Como en esta vida no tengas un dedo de frente, acabas así. Este muchacho es para su madre -no lo saques de ahí-, no para andar con dinero y a la suerte de dios, porque las tías me lo van a hacer polvo.


----------



## Tubiegah (19 Feb 2022)

Está derroído. Y no me refiero a su aspecto físico.


----------



## Zbigniew (19 Feb 2022)

Mucha alita de mosca pasa factura avricccccc jrandeeeee, tiene cara de mesetario.Labrador de Ávila curtido por el aire,el frio ,el sol y la lluvia.Que se ponga a trabajar en algo y se le quita la tonteria.


----------



## BigJoe (19 Feb 2022)

Qué lástima, yo le sigo teniendo simpatía.


----------



## Play_91 (19 Feb 2022)

Con el dinero que tiene se podía poner botox y echarse crema.
Es un aspecto de un tío de 40 años que no se echa ni una sola crema ni se cuida la cara nada de nada.
Conozco mucha gente así.

Todas todas las ´tias tipo Carbonero, Pilar Rubio, etc, aparte de maquillaje van a su clínica, tipo "clínica Carla Barber" y se maquean la cara, se hacen no sólo botox si no mil tratamientos para anti ojeras y de todo.
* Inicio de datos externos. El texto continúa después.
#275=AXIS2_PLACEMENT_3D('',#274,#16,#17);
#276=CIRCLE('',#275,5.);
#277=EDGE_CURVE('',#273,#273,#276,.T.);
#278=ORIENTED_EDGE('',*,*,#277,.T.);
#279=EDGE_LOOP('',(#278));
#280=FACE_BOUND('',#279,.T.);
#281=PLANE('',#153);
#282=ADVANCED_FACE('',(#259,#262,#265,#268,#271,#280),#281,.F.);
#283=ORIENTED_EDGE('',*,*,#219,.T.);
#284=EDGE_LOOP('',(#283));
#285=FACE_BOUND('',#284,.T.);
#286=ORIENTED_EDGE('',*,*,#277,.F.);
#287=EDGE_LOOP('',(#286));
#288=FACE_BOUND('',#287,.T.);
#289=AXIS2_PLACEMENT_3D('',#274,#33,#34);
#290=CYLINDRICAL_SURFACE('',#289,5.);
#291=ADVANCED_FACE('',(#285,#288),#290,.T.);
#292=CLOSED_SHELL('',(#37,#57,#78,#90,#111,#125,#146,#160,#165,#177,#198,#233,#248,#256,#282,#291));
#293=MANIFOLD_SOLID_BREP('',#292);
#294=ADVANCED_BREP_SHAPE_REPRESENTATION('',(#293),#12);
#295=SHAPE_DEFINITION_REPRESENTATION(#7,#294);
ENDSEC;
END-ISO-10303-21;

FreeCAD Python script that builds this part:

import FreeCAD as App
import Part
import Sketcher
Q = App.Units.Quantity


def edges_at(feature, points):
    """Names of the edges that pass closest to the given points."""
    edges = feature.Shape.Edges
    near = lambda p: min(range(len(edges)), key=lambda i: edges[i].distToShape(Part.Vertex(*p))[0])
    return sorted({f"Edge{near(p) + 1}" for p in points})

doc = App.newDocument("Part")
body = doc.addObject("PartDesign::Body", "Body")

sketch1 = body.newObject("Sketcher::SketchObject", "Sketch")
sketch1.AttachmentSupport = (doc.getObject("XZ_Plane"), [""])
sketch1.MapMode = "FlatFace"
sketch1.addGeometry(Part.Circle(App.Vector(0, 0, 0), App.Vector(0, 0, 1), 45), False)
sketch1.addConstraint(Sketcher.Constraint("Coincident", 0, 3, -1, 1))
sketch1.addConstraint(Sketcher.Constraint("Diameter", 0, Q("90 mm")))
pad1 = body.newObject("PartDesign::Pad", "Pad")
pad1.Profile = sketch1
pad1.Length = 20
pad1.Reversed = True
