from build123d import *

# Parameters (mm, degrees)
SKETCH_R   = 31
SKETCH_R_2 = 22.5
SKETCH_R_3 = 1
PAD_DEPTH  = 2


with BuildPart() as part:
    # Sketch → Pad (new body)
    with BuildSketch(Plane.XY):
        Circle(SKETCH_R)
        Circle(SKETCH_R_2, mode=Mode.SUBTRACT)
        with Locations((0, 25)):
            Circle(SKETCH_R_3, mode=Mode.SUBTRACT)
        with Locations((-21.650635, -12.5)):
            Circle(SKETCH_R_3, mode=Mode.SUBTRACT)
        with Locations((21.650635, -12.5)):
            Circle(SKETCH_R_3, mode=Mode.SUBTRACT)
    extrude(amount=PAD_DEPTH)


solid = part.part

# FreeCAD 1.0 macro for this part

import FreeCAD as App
import Part
import Sketcher

doc = App.newDocument("Part")
body = doc.addObject("PartDesign::Body", "Body")

sketch1 = doc.addObject("Sketcher::SketchObject", "Sketch")
body.addObject(sketch1)
sketch1.AttachmentSupport = (doc.XY_Plane, [""])
sketch1.MapMode = "FlatFace"
sketch1.addGeometry(Part.Circle(App.Vector(0, 0, 0), App.Vector(0, 0, 1), 31), False)
sketch1.addGeometry(Part.Circle(App.Vector(-21.650635, -12.5, 0), App.Vector(0, 0, 1), 1), False)
sketch1.addGeometry(Part.Circle(App.Vector(21.650635, -12.5, 0), App.Vector(0, 0, 1), 1), False)
sketch1.addGeometry(Part.Circle(App.Vector(0, 0, 0), App.Vector(0, 0, 1), 22.5), False)
sketch1.addGeometry(Part.Circle(App.Vector(0, 25, 0), App.Vector(0, 0, 1), 1), False)
sketch1.addConstraint(Sketcher.Constraint("Coincident", 0, 3, -1, 1))
sketch1.addConstraint(Sketcher.Constraint("Coincident", 3, 3, -1, 1))
sketch1.addConstraint(Sketcher.Constraint("Equal", 1, 2))
sketch1.addConstraint(Sketcher.Constraint("Equal", 2, 4))
sketch1.addConstraint(Sketcher.Constraint("Symmetric", 1, 3, 2, 3, -2))
sketch1.addConstraint(Sketcher.Constraint("PointOnObject", 4, 3, -2))
sketch1.addConstraint(Sketcher.Constraint("Diameter", 0, 62.0))
sketch1.addConstraint(Sketcher.Constraint("Diameter", 1, 2.0))
sketch1.addConstraint(Sketcher.Constraint("Diameter", 3, 45.0))
sketch1.addConstraint(Sketcher.Constraint("DistanceY", -1, 1, 4, 3, 25.0))
sketch1.addConstraint(Sketcher.Constraint("DistanceY", 1, 3, -1, 1, 12.5))
sketch1.addConstraint(Sketcher.Constraint("DistanceX", 1, 3, 2, 3, 43.30127))
pad1 = doc.addObject("PartDesign::Pad", "Pad")
body.addObject(pad1)
pad1.Profile = sketch1
pad1.Length = 2

doc.recompute()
Casillas tiene aspecto de un tío que suda de eso cuando podría ir a hacerse retoques estéticos cada día con el dinero que tiene.


----------



## Abrojo (19 Feb 2022)

este no era colega de El Chava?


----------



## fieraverde (19 Feb 2022)




----------



## Play_91 (19 Feb 2022)

BigJoe dijo:


> Qué lástima, yo le sigo teniendo simpatía.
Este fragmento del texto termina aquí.